I am no pro regarding jazz, I have been studying jazz around 1 and a half years now. There are times I have crazy drive and lust to learn but sometimes I find myself trapped in my own self, not being able to break through bad habits and the same ideas over and over, in other words phrasing, even that's comping or soloing. 

You use triads, as in 1-3-5? or as Upper structures? Or even better you use triad pairs? 

I can use 1-3-5 triads (major, min, dim, aug) but sometimes it's so limited that I get easily bored going on the same triad all the time. That's why I use mostly arpeggios. Well, I haven't expanded my triads into using them as upper structures or as in triad pairs. 

But what happens, is fast tempos and let's say tunes like Rhythm Changes (Oleo, Anthropology, etc). I stick on the Dom chords and their resolutions. 

I am currently practising rhythm changes using triads and arps, in slow tempo of course. If I have to play at faster tempos, I am going linear (Bb Major) with G7, F7, Bb7 arps thrown in. It's still a mess for me though at fast tempos.


----------



## Preciousyetvicious (Apr 27, 2013)

OK, I guess I need to clarify some things.

I actually have already learned my basic 7th chords (major, minor, and dominant), in both E and A barre chord form. As I learned these, I had practiced playing them over "Saga" (not neccessarily memorizing the whole song, just to get used to forming the chords). Once that was established, I moved onto 7th inversions, and have been practicing using each different variant (locating the root on either the 1st, 2nd, 3rd, or 4th string). The inversions I have down so far are all of the m7s, and now I am up to about three of the Maj7s.

What I have practiced so far are the following:

Saga
Dindi
Blue Bossa (as it has plenty of m7s in it)
L-O-V-E
So Nice (Summer Samba)
Fly Me To The Moon
Autumn Leaves

So all I'm trying to get down at the moment are playing with inversions. And since I'm currently working on getting my Maj7 inversions down, I'm simply asking if any of you out there could simply name any songs with perhaps more than 2 Maj7s that I can practice with. Sure, I could thumb through iReal and look for them myself, but I thought it would be helpful (and more fun) to socialize and bit and ask around. 

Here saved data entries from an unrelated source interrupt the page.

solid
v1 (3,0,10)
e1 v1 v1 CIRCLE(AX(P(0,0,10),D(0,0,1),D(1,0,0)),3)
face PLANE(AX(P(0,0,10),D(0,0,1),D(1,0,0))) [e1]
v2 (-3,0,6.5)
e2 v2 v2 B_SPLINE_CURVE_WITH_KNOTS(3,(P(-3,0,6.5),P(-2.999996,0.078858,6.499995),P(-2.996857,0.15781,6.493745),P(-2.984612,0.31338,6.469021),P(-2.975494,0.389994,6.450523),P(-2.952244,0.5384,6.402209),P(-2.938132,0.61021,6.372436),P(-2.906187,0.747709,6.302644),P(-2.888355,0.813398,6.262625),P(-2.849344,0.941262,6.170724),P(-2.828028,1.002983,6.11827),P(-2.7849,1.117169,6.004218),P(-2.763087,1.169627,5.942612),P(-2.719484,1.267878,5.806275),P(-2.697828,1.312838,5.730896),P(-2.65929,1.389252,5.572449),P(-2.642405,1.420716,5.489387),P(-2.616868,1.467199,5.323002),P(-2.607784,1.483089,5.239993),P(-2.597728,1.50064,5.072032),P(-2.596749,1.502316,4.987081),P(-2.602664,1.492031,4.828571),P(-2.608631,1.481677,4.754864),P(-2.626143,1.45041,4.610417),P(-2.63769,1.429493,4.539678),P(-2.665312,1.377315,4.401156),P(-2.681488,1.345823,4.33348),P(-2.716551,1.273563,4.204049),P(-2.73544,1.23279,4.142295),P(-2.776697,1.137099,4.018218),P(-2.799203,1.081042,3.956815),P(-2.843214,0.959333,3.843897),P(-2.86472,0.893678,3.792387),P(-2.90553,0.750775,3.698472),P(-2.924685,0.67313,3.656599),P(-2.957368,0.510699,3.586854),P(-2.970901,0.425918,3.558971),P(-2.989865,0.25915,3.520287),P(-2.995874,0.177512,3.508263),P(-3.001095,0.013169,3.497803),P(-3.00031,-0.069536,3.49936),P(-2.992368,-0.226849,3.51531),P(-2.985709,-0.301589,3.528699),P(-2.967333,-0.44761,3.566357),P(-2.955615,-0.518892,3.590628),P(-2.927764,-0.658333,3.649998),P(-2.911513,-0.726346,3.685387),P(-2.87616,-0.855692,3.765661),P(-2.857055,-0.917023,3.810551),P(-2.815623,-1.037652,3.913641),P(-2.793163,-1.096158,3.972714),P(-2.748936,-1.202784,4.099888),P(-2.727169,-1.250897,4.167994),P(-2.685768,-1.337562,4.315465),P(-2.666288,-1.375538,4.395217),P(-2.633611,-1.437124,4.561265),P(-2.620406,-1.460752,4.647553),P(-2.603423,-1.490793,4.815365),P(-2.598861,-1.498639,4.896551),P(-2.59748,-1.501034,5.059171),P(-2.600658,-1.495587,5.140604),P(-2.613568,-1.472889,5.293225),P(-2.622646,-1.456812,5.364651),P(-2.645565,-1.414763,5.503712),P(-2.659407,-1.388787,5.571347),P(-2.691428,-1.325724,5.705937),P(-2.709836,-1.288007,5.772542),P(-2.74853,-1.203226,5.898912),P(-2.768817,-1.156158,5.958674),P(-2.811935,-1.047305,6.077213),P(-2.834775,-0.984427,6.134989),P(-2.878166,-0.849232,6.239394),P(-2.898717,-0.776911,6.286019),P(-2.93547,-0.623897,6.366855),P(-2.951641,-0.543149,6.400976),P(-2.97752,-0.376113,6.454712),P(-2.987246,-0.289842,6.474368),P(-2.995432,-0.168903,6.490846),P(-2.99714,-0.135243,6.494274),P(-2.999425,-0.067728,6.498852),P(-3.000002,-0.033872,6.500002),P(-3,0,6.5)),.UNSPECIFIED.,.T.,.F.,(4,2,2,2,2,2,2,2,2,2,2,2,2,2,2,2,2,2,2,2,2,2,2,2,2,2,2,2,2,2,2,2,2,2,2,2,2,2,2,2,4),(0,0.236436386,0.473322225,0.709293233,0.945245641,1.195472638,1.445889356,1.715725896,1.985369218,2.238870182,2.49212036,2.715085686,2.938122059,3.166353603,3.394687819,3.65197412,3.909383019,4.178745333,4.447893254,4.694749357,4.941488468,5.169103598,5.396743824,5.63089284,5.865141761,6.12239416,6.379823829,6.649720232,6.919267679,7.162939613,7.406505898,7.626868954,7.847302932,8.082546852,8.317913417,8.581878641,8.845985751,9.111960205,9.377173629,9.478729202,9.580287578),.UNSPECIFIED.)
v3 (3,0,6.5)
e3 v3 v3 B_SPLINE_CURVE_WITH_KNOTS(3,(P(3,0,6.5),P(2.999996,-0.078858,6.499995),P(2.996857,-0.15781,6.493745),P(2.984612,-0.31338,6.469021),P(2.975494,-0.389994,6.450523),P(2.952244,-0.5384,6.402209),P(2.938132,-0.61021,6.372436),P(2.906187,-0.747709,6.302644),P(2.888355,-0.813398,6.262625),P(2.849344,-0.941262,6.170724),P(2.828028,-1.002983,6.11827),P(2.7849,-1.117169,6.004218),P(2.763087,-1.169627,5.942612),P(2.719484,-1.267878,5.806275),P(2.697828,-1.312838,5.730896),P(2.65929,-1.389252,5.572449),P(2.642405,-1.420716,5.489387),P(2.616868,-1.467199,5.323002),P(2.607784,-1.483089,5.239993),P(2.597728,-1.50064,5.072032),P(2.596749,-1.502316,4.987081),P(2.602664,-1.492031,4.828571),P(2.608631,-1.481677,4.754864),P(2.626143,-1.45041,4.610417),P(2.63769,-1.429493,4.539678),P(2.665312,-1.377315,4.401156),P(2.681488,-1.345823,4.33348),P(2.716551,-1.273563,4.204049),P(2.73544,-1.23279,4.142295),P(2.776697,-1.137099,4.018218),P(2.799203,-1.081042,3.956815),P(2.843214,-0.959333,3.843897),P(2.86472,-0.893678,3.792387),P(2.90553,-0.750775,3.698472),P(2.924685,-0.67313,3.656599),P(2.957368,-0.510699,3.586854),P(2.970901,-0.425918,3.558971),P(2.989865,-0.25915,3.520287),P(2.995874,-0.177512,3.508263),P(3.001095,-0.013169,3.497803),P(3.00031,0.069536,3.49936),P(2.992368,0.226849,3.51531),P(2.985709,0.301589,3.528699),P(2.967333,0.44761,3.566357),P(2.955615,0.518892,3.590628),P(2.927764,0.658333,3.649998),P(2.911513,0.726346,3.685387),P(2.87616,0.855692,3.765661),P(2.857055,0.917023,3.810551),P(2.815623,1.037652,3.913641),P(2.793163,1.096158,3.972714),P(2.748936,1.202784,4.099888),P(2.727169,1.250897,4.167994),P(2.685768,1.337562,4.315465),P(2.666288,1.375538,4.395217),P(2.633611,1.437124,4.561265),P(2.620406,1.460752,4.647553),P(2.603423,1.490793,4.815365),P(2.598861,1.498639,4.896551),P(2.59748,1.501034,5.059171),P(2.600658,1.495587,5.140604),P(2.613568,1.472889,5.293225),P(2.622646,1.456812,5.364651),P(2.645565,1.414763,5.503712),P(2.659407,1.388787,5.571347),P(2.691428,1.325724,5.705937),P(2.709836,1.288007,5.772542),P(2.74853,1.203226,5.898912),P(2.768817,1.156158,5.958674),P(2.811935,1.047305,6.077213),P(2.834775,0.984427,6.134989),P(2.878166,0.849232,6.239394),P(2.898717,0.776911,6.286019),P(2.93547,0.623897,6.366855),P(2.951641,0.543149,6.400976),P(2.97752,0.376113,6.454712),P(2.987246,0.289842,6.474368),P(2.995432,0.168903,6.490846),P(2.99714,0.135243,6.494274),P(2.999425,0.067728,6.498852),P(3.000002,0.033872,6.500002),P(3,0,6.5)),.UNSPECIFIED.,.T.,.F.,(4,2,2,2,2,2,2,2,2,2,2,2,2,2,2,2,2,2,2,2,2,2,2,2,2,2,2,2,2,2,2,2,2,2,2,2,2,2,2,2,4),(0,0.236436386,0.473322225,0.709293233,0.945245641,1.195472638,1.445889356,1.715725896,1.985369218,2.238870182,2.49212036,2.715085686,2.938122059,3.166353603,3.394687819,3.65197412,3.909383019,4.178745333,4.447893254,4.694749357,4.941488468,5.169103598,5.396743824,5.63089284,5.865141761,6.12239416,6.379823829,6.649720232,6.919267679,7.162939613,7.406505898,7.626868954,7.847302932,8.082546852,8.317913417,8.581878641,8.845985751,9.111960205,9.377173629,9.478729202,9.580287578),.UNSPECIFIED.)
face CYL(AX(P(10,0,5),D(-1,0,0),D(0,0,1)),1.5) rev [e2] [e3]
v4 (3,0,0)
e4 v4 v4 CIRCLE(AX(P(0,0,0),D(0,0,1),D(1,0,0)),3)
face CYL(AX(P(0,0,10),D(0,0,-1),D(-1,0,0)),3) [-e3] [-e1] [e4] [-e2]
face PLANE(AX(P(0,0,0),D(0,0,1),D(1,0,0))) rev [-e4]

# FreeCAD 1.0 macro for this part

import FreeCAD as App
import Part
import Sketcher

V = App.Vector
Q = App.Units.Quantity

doc = App.newDocument("Part")
body = doc.addObject("PartDesign::Body", "Body")

sketch1 = doc.addObject("Sketcher::SketchObject", "Sketch")
body.addObject(sketch1)
sketch1.AttachmentSupport = (doc.XY_Plane, [""])
sketch1.MapMode = "FlatFace"
sketch1.addGeometry(Part.Circle(V(0, 0, 0), V(0, 0, 1), 3), False)
sketch1.addConstraint(Sketcher.Constraint("Coincident", 0, 3, -1, 1))
sketch1.addConstraint(Sketcher.Constraint("Diameter", 0, Q("6 mm")))
pad1 = doc.addObject("PartDesign::Pad", "Pad")
body.addObject(pad1)
pad1.Profile = sketch1
pad1.Length = 10

sketch2 = doc.addObject("Sketcher::SketchObject", "Sketch001")
body.addObject(sketch2)
sketch2.AttachmentSupport = (doc.YZ_Plane, [""])
sketch2.MapMode = "FlatFace"
sketch2.addGeometry(Part.Circle(V(0, 5, 0), V(0, 0, 1), 1.5), False)
sketch2.addConstraint(Sketcher.Constraint("PointOnObject", 0, 3, -2))
sketch2.addConstraint(Sketcher.Constraint("Diameter", 0, Q("3 mm")))
sketch2.addConstraint(Sketcher.Constraint("DistanceY", -1, 1, 0, 3, Q("5 mm")))
pocket1 = doc.addObject("PartDesign::Pocket", "Pocket")
body.addObject(pocket1)
pocket1.Profile = sketch2
pocket1.Type = "ThroughAll"
pocket1.Midplane = True

doc.recompute()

Thanks for all your help so far, guys!


----------



## celticelk (Apr 27, 2013)

Is there any reason your practice needs to be song-based? Why not pick a random position and play through the cycle of 4ths, staying strictly in position? That should force you to go through a variety of inversions as the root note shifts around.


----------



## Trespass (Apr 27, 2013)

celticelk said:


> Is there any reason your practice needs to be song-based? Why not pick a random position and play through the cycle of 4ths, staying strictly in position? That should force you to go through a variety of inversions as the root note shifts around.



This is great.

He definitely has the right idea though: The majority of your practice shouldn't be doing exercises, it should be doing songs. That's a big problem in the jazz world.

Hey JPMike, when I solo, I'm only think about melody and color (also mood, texture). I'm guided by the melody (and it's rhythm) to set the mood/tone. 

What I mention above allows me to do that. When I improvise live, I'm trying to spontaneously compose a new melody as good as the written one. After a first or second chorus, I'll start developing the simple motifs I improvised in the first pass, or I'll riff on the ideas from the melody, and see where it goes from there.

All the other stuff is mood, texture, color and excitement that's filler around the improvised melodies and motifs.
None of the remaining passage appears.